I ended up ordering my CC with the all-black interior. I also thought the two-tone interior as pretty and unique and I almost ordered the car this way. However, being that I wear black leather trench coats frequently, I was afraid the cornsilk leather will soil and discolor quickly from dark clothing and black leather coats. The all-black leather interior still looks beautiful anyway with the white stitching accenting the contour of each leather seating surface. The white stitching gives the black leather interior an exclusive expensive look. In some places the two-tone black/cornsilk interior does look a little awkward. First, the front center armrest/center console might look better black so that it matches the black center of the rear seat/center rear armrest. Perhaps, the instrument panel (top and bottom) might look better all-black to give a more orderly look to the overall two-tone interior. A a two-tone black/medium bright grey interior should have been a color choice in addition to the two-tone black/saddle two-tone combination. Medium bright grey leather is much easier to keep clean and a lot less likely to soil and discolor than cornsilk. This is my two cents.


_Modified by lasvegasjunkie at 7:21 PM 4-16-2010_


----------



## lasvegasjunkie (Jan 27, 2001)

*Re: What do you think of two-tone cornsilk interior? (Gurgeh)*

I ended up ordering my CC with the all-black interior.
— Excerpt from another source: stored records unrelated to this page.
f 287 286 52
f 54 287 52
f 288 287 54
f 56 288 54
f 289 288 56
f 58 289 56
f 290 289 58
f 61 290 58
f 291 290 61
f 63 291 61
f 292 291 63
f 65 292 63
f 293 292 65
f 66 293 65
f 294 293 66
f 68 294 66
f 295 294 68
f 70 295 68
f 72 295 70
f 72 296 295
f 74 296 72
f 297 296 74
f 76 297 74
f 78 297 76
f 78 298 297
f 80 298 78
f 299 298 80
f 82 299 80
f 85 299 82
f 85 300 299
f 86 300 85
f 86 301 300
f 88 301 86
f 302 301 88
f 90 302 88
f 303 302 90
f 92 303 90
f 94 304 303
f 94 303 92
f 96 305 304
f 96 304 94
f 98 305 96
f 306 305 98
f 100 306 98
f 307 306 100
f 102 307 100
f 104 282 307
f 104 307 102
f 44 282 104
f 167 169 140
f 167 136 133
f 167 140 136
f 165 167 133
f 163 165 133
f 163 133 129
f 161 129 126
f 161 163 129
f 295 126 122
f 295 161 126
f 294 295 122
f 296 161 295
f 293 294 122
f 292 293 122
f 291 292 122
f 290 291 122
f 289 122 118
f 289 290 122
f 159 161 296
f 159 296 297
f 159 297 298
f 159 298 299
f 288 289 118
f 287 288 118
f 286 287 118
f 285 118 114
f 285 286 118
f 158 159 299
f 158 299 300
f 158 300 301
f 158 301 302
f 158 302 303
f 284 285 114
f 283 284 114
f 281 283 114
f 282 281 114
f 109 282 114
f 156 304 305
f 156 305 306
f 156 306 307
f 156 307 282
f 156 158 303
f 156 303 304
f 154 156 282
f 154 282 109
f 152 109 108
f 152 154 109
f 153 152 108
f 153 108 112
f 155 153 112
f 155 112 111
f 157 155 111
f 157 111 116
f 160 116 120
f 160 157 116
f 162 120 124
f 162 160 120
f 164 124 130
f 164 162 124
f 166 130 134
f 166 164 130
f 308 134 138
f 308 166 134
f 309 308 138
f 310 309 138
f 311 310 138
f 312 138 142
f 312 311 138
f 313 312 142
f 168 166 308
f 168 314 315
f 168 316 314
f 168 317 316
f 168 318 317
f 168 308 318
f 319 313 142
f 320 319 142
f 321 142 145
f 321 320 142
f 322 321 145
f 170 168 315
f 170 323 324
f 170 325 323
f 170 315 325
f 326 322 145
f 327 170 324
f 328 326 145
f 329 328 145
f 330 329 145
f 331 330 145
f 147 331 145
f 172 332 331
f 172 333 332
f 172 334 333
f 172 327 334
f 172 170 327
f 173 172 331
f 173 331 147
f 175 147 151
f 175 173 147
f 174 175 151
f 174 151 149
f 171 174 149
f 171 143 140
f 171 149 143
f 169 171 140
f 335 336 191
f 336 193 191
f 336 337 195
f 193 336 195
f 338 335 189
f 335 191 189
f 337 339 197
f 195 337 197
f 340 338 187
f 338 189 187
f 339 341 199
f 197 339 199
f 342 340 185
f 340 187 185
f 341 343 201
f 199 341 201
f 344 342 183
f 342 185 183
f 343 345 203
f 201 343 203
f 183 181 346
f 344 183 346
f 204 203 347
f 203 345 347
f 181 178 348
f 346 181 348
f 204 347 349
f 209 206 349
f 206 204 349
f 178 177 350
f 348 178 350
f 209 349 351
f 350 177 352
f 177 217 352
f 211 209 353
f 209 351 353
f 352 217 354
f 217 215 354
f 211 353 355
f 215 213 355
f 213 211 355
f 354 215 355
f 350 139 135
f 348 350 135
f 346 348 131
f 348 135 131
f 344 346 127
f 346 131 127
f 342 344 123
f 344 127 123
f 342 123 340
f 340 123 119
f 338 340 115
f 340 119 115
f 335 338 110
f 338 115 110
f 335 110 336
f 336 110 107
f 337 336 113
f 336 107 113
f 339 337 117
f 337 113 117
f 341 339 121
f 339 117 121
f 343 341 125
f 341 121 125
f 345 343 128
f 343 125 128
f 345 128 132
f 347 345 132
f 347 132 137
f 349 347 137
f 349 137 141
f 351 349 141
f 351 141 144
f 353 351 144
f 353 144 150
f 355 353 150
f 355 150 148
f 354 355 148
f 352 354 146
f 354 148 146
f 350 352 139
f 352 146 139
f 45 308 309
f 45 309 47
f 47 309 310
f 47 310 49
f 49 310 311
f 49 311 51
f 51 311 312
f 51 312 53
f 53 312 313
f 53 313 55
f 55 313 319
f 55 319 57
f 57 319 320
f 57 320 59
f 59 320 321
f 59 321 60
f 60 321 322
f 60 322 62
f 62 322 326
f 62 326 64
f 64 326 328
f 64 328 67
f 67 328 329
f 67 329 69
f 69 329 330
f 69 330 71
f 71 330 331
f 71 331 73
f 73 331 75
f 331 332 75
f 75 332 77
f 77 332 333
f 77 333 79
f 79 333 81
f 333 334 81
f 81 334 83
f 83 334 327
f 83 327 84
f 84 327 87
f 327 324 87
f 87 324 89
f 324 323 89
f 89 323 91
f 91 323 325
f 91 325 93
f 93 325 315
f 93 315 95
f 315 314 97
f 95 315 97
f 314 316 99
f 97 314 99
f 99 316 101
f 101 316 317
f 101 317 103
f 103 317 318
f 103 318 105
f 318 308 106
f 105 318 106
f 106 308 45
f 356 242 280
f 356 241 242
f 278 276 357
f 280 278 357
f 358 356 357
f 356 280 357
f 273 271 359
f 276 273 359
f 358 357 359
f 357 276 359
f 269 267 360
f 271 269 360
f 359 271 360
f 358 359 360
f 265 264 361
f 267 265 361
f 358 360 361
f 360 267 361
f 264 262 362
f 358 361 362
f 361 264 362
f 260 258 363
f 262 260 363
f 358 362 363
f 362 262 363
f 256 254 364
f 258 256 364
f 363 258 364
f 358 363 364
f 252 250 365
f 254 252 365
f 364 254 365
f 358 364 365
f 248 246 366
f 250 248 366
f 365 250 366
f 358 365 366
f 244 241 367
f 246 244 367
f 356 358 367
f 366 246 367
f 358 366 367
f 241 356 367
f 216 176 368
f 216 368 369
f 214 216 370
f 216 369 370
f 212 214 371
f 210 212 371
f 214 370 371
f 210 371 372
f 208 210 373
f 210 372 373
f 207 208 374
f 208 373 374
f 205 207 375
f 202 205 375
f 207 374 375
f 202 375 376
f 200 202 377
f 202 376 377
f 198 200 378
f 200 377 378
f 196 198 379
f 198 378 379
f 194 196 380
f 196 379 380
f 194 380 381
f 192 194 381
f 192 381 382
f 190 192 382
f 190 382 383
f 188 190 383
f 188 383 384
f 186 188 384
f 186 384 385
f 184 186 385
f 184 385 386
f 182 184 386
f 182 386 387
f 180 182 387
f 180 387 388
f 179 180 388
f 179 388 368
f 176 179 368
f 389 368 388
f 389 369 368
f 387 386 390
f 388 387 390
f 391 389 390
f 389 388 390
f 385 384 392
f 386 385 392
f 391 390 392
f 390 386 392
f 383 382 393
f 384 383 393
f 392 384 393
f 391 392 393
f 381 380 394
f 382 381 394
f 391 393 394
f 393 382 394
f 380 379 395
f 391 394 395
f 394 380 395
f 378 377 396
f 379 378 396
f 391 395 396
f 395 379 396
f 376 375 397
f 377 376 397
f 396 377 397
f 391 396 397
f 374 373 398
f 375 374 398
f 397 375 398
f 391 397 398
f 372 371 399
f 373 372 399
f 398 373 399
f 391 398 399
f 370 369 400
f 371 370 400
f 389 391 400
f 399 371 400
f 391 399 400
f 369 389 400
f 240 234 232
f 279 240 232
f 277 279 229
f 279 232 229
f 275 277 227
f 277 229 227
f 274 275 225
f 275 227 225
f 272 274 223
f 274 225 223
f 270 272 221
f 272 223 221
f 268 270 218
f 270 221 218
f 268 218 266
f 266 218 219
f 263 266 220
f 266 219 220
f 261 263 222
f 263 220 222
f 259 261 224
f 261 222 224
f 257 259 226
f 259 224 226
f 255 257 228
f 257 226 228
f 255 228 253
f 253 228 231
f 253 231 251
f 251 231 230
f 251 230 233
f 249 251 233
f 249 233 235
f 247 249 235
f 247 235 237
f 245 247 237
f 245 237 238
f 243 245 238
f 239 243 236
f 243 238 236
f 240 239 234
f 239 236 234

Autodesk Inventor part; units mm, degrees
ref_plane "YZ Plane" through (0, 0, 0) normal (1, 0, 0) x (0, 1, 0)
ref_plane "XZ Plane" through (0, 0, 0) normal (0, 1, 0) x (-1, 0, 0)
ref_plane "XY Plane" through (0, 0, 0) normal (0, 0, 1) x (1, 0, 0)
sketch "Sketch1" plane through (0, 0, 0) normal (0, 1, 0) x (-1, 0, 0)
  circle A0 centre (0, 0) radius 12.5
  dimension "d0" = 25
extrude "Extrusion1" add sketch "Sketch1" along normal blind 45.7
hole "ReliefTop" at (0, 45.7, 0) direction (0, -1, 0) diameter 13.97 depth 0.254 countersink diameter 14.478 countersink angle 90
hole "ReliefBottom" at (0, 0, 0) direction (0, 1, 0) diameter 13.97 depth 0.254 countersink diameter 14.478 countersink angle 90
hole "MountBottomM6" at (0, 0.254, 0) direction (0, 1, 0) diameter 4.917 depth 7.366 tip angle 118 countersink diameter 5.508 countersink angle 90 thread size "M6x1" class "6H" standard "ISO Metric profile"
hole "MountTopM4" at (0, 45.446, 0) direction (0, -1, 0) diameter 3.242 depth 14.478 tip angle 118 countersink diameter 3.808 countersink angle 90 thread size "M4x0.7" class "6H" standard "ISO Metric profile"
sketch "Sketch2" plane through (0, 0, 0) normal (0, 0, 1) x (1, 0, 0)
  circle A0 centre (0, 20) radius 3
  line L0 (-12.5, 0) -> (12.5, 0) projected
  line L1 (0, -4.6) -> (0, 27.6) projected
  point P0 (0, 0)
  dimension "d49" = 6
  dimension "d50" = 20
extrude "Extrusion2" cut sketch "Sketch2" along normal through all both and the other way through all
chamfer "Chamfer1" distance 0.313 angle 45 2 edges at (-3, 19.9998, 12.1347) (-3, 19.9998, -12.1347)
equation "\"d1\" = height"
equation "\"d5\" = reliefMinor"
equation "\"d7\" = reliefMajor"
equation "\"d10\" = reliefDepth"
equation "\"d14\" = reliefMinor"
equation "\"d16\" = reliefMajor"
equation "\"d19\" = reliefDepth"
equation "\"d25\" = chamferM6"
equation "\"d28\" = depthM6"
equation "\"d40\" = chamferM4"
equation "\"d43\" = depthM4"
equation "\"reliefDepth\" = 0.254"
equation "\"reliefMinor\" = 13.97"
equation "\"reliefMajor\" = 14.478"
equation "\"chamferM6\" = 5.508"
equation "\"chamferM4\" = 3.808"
I was also thought the two-tone interior as pretty and unique and I almost ordered the car this way. However, being that I wear black leather trench coats frequently, I was afraid the cornsilk leather will soil and discolor quickly from dark clothing and black leather coats. The all-black leather interior still looks beautiful anyway with the white stitching accenting the contour of each leather seating surface. The white stitching gives the black leather interior an exclusive expensive look. In some places the two-tone black/cornsilk interior does look a little awkward. First, the front center armrest/center console might look better black so that it matches the black center of the rear seat/center rear armrest. Perhaps, the instrument panel (top and bottom) might look better all-black to give a more orderly look to the overall two-tone interior. A a two-tone black/medium bright grey interior should have been a color choice in addition to the two-tone black/saddle two-tone combination. Medium bright grey leather is much easier to keep clean and a lot less likely to soil and discolor than cornsilk. This is my two cents.


----------



## Sevarg (Sep 28, 2009)

I love it..and I typically go for all black inside my cars.


----------



## Ween2010 (Sep 12, 2009)

*Re: (Sevarg)*

Who keeps this thread going anyway? It's like you guys are teasing me. Very jealous of the cornsilk and black interior. Awesome. http://****************.com/smile/emthup.gif


----------



## EngTech1 (Nov 30, 2008)

*Re: What do you think of two-tone cornsilk interior? (PaulQ)*

Wow is all I say about the Interior , People Just Stop and Press their foreheads Up to the Glass .
Sometimes You have to clean off the Door Handles a little more No Big Deal .
Comfy Seats http://****************.com/smile/emthup.gif 

It's Going to be a Classic !



_Modified by EngTech1 at 7:34 PM 4-17-2010_


----------



## cwwiii (Jun 18, 2007)

*Re: What do you think of two-tone cornsilk interior? (EngTech1)*

I love mine SOOO MUCH!


----------



## PaulQ (Sep 10, 2007)

*Re: What do you think of two-tone cornsilk interior? (PaulQ)*

As the original poster who now HAS the two-tone cornsilk interior.... with a white gold exterior...








*I LOVE IT!*


----------



## cwwiii (Jun 18, 2007)

*Re: What do you think of two-tone cornsilk interior? (PaulQ)*

We both have identical cars! lol
Paul, what package did you get?


----------



## PaulQ (Sep 10, 2007)

*Re: What do you think of two-tone cornsilk interior? (cwwiii)*


_Quote, originally posted by *cwwiii* »_We both have identical cars! lol
Paul, what package did you get?

Lux, Tech, and Appearance. I had to lock in on a car that was still on a boat from Germany. I feel lucky. Are we identical?


----------



## cwwiii (Jun 18, 2007)

*Re: What do you think of two-tone cornsilk interior? (PaulQ)*

Except the DSG and you have a 2010.
Mines an 09 vr6 sport with nav and tech package. cornsilk interior. interlagos.
Soon to come...Tints, coilovers, clear corners and some day I will buy new wheels but I love the stock ones too much.


----------



## cwwiii (Jun 18, 2007)

*Re: What do you think of two-tone cornsilk interior? (cwwiii)*

Do the 2010 CC's have perforated leather seats? Or are the perforated seat leatherette??
My 09 has no perforations in the leather.....


----------



## PaulQ (Sep 10, 2007)

*Re: What do you think of two-tone cornsilk interior? (cwwiii)*


_Quote, originally posted by *cwwiii* »_Do the 2010 CC's have perforated leather seats? Or are the perforated seat leatherette??
My 09 has no perforations in the leather.....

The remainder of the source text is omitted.